Exercise aim – Could you reproduce the lines below from the one with "f 162 161 160" through the one with "f 214 215 212"? Keep both ends and add nothing.

(Saved entries)

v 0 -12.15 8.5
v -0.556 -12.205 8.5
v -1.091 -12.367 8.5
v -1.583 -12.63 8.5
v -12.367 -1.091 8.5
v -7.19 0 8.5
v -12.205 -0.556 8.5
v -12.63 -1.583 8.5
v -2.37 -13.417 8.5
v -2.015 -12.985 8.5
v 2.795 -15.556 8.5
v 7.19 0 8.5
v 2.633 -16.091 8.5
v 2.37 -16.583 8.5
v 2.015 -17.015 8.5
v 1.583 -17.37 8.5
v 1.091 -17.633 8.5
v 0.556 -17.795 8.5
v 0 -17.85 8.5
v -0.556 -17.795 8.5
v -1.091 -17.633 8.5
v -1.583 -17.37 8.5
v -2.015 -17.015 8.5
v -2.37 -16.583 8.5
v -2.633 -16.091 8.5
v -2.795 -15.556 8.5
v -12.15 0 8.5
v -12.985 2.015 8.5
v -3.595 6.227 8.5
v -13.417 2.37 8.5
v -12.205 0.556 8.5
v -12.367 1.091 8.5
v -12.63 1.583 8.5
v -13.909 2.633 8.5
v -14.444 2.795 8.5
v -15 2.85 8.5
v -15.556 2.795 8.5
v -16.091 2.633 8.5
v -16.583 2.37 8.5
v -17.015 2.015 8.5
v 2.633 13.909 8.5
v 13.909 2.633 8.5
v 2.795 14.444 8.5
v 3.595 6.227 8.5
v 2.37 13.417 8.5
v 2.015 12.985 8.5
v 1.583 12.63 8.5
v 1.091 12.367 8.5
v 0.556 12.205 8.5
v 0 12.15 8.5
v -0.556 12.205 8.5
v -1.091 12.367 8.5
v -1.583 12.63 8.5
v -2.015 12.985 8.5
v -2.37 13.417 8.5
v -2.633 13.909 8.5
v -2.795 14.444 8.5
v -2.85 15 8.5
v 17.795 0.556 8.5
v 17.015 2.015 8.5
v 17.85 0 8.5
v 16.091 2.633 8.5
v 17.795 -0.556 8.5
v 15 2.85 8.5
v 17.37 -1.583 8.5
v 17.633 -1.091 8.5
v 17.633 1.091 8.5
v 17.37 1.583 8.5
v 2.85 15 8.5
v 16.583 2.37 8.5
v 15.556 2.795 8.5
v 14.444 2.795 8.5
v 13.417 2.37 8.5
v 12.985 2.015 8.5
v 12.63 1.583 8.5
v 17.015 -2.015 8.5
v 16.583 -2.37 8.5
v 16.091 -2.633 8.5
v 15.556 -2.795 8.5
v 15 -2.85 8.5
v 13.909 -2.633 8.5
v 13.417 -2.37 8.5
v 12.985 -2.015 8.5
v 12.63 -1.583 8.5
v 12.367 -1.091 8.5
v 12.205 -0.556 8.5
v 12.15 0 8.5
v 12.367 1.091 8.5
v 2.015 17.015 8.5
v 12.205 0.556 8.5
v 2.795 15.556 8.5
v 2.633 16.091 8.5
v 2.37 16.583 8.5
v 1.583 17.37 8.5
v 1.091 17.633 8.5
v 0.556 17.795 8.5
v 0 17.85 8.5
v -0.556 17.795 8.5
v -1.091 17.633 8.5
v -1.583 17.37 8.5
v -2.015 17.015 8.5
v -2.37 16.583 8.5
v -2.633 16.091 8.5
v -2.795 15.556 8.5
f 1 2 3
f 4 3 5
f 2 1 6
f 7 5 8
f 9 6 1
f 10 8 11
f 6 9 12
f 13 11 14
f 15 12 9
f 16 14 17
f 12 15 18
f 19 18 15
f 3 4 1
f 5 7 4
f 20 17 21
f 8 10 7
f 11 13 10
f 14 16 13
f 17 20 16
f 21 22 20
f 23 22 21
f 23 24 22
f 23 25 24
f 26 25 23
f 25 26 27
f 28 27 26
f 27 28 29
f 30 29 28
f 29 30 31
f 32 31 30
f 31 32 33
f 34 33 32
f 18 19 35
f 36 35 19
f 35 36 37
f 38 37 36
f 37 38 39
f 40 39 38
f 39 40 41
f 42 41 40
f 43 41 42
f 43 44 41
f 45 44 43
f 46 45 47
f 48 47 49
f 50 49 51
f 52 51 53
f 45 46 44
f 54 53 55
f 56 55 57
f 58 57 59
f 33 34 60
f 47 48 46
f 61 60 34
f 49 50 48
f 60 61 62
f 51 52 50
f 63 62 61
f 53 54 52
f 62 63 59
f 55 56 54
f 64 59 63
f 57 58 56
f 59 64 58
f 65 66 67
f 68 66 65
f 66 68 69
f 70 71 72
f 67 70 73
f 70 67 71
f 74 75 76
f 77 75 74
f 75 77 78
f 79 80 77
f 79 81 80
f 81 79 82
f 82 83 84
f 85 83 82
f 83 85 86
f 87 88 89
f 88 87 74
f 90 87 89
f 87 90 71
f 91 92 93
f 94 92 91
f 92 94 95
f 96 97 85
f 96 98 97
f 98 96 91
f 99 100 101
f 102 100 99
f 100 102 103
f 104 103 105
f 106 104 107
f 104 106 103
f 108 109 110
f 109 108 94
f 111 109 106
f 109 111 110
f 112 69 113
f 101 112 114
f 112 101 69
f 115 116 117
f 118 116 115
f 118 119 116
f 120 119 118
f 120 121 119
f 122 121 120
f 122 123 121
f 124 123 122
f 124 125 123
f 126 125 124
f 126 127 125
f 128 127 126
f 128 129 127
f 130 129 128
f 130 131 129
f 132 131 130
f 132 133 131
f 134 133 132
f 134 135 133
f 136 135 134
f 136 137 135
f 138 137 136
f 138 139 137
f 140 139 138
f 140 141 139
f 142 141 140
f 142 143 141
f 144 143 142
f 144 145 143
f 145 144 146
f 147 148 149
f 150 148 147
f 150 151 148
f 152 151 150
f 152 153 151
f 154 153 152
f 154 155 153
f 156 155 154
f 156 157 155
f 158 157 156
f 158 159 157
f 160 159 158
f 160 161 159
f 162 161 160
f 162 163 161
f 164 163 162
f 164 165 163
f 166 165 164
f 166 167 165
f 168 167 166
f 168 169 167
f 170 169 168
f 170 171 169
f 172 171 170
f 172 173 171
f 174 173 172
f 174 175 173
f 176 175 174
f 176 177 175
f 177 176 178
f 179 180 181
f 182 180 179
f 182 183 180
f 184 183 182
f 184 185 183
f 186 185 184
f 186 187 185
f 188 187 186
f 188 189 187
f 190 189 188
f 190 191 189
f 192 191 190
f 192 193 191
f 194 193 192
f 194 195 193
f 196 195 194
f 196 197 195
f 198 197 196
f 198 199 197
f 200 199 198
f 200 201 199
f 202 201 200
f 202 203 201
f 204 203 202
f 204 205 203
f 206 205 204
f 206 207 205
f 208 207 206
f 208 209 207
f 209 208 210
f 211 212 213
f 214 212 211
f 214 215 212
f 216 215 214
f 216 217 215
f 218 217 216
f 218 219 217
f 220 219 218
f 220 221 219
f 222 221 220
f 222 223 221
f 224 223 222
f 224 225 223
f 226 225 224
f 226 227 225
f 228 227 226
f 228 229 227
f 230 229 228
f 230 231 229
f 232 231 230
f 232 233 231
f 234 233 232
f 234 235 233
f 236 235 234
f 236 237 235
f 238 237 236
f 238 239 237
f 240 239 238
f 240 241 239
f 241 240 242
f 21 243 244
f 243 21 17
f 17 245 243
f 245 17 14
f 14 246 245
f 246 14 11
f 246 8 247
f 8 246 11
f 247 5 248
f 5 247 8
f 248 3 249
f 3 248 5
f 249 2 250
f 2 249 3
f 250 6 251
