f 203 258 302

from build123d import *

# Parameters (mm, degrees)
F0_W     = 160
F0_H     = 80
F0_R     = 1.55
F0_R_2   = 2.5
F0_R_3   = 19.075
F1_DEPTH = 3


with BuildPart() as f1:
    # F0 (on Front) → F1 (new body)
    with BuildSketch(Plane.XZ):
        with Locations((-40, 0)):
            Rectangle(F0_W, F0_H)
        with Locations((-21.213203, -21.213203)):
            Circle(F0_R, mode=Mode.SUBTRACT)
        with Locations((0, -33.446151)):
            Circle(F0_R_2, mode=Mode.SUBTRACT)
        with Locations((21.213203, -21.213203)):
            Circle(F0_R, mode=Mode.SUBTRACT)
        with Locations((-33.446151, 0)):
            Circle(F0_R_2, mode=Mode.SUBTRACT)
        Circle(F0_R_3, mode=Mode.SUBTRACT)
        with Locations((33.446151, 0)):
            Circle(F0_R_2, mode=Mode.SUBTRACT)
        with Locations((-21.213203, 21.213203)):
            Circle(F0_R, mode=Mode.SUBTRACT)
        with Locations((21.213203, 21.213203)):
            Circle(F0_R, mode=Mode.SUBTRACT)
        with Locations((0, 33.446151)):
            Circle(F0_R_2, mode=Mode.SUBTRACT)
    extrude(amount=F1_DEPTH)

--

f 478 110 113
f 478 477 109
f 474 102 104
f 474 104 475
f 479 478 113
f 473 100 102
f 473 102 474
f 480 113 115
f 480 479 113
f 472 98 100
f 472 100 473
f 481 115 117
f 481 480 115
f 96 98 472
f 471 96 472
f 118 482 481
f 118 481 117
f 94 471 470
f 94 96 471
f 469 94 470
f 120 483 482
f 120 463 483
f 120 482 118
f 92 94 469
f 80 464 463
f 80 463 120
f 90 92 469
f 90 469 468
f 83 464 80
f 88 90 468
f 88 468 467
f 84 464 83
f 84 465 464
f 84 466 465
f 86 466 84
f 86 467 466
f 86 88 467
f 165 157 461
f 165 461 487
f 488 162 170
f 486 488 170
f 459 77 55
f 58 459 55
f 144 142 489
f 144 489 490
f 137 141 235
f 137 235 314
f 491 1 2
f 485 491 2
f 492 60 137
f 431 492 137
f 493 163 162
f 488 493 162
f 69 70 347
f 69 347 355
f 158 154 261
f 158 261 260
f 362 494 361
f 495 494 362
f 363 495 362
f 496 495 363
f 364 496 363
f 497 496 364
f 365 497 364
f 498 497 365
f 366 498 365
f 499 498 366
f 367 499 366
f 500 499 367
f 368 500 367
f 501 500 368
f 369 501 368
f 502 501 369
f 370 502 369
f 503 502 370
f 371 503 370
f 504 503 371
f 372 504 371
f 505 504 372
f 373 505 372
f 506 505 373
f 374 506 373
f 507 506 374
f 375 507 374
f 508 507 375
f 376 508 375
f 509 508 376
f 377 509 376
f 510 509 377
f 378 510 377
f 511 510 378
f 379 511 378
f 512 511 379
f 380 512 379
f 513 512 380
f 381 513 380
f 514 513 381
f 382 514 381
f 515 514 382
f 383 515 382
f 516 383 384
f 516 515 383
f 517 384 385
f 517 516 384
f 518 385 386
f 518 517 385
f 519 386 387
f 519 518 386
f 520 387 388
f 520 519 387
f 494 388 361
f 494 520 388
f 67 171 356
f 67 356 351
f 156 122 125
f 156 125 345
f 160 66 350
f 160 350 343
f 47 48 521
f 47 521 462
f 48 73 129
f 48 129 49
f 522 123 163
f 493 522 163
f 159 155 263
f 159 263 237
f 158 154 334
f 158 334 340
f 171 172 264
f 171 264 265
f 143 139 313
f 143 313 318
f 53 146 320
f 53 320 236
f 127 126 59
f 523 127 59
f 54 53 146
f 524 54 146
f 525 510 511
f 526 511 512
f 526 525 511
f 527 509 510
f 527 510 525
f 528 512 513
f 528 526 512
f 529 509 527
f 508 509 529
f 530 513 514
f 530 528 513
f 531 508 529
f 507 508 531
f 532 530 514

...

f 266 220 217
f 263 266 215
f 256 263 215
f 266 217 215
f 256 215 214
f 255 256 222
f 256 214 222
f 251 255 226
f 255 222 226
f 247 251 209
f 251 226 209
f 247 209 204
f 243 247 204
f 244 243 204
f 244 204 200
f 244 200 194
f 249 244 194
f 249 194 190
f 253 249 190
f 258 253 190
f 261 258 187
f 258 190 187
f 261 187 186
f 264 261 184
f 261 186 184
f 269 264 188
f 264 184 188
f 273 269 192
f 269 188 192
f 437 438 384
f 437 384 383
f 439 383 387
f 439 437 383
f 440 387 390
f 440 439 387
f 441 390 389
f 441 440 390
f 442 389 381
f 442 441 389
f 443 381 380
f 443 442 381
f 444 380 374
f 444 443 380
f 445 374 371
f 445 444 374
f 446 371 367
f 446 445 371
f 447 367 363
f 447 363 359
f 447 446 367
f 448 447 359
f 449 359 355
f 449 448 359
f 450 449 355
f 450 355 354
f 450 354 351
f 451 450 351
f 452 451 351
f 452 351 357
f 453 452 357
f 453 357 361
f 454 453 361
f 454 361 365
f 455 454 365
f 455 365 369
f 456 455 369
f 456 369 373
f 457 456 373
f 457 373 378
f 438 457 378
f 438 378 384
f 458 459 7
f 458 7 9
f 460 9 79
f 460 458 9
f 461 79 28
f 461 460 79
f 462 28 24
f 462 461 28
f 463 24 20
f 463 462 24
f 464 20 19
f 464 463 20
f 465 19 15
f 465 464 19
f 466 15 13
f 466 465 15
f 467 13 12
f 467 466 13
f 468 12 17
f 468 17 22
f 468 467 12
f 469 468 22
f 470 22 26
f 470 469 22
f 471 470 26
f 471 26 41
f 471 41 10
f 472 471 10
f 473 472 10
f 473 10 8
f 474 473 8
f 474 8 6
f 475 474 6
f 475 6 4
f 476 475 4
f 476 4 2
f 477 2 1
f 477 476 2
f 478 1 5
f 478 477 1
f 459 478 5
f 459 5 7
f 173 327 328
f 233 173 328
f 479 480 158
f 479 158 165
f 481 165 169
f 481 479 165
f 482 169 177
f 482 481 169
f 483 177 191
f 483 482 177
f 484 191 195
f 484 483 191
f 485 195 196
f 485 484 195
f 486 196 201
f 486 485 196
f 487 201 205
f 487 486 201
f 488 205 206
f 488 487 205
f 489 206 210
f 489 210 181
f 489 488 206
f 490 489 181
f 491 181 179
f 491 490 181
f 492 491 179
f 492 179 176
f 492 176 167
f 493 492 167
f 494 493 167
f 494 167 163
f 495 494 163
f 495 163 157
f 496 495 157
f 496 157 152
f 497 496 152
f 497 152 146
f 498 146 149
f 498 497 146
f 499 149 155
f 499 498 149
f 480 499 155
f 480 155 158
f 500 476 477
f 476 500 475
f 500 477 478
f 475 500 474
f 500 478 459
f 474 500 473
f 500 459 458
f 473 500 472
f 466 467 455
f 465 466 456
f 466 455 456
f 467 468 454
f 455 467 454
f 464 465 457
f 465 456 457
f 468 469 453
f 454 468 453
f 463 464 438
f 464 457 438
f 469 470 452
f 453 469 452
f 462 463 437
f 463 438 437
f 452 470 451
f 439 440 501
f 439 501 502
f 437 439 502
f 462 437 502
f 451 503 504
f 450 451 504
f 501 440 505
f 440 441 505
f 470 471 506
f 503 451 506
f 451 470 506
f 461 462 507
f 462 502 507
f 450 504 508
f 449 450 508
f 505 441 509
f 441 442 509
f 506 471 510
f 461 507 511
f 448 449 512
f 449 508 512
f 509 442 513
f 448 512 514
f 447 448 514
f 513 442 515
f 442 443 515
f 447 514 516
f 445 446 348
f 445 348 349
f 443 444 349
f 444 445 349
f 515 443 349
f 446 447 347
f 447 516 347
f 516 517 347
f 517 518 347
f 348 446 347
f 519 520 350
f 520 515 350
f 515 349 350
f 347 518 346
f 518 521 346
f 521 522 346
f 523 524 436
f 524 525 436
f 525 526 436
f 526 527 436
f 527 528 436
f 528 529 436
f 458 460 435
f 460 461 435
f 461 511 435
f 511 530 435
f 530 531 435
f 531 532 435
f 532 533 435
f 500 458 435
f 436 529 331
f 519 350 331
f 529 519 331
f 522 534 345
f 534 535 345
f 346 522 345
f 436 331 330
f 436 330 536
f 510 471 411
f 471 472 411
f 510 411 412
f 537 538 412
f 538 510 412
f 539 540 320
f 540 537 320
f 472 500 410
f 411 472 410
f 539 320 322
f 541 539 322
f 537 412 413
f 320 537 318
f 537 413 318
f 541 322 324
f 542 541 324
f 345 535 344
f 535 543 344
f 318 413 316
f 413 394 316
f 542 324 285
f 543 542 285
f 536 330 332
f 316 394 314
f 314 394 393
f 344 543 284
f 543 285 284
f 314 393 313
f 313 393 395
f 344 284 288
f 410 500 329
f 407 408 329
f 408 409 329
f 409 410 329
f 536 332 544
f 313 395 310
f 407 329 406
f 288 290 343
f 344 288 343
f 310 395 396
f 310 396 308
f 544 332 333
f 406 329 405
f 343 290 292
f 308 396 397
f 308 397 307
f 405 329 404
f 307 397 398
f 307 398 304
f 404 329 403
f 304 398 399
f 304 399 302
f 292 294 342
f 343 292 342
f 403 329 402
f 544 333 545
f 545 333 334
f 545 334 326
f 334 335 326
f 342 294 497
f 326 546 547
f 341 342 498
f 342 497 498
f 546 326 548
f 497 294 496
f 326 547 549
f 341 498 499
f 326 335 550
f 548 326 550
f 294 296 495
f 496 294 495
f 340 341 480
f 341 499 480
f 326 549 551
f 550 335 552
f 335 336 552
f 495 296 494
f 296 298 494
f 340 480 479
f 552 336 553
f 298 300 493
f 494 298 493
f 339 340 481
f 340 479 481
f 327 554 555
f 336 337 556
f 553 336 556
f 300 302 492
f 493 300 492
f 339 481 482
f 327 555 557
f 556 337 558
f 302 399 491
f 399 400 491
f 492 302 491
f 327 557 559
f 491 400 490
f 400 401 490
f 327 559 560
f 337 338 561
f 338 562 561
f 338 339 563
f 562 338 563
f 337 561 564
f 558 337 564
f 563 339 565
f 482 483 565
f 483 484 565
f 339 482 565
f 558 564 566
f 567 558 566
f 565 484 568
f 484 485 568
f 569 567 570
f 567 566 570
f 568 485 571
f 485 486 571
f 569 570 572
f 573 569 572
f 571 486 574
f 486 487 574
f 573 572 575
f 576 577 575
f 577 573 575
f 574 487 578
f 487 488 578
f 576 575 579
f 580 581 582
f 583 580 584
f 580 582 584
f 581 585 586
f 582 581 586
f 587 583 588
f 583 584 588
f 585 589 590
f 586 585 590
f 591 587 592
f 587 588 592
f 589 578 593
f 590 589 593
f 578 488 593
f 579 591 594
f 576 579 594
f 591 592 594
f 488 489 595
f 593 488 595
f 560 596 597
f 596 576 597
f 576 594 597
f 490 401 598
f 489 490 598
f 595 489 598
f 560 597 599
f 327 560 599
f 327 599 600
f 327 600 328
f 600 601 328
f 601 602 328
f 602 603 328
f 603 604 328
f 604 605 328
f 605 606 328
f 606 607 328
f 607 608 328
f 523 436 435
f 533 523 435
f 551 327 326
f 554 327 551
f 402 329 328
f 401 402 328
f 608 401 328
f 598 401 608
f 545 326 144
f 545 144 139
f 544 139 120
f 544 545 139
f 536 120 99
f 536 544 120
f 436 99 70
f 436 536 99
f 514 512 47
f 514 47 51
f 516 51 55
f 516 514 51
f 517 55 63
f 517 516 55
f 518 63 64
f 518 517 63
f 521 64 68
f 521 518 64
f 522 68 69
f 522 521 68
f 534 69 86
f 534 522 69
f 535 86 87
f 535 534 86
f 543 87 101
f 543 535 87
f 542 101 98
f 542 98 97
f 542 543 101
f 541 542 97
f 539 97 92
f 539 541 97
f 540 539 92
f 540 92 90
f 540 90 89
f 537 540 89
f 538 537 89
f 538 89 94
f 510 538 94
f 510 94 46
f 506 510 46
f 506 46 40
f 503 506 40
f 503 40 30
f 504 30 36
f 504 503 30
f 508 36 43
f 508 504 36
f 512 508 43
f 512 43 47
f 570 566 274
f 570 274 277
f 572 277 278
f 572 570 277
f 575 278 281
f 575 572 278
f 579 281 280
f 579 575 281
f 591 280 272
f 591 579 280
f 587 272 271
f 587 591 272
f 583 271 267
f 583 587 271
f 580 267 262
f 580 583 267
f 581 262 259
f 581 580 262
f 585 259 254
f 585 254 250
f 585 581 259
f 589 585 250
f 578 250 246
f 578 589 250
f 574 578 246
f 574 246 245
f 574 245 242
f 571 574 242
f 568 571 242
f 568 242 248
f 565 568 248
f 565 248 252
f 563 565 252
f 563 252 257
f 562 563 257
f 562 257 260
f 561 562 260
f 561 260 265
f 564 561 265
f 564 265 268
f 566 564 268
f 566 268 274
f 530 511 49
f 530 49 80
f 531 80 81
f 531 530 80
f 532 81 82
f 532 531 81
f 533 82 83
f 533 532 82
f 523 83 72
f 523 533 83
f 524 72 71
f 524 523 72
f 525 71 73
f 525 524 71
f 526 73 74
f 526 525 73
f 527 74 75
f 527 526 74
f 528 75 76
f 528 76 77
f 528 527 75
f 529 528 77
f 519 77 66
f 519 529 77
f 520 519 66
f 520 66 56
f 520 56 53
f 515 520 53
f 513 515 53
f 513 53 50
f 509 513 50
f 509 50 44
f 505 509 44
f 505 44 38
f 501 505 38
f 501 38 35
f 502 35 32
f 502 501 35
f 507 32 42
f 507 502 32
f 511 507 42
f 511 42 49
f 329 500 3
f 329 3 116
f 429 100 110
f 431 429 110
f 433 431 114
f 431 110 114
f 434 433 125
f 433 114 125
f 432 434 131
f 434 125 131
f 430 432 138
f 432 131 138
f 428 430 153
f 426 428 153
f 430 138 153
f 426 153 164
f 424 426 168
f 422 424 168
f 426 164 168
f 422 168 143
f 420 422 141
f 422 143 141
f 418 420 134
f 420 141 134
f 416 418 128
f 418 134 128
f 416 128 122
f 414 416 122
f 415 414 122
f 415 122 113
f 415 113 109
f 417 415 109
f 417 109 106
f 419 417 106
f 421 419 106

Your response –
f 162 161 160
f 162 163 161
f 164 163 162
f 164 165 163
f 166 165 164
f 166 167 165
f 168 167 166
f 168 169 167
f 170 169 168
f 170 171 169
f 172 171 170
f 172 173 171
f 174 173 172
f 174 175 173
f 176 175 174
f 176 177 175
f 177 176 178
f 179 180 181
f 182 180 179
f 182 183 180
f 184 183 182
f 184 185 183
f 186 185 184
f 186 187 185
f 188 187 186
f 188 189 187
f 190 189 188
f 190 191 189
f 192 191 190
f 192 193 191
f 194 193 192
f 194 195 193
f 196 195 194
f 196 197 195
f 198 197 196
f 198 199 197
f 200 199 198
f 200 201 199
f 202 201 200
f 202 203 201
f 204 203 202
f 204 205 203
f 206 205 204
f 206 207 205
f 208 207 206
f 208 209 207
f 209 208 210
f 211 212 213
f 214 212 211
f 214 215 212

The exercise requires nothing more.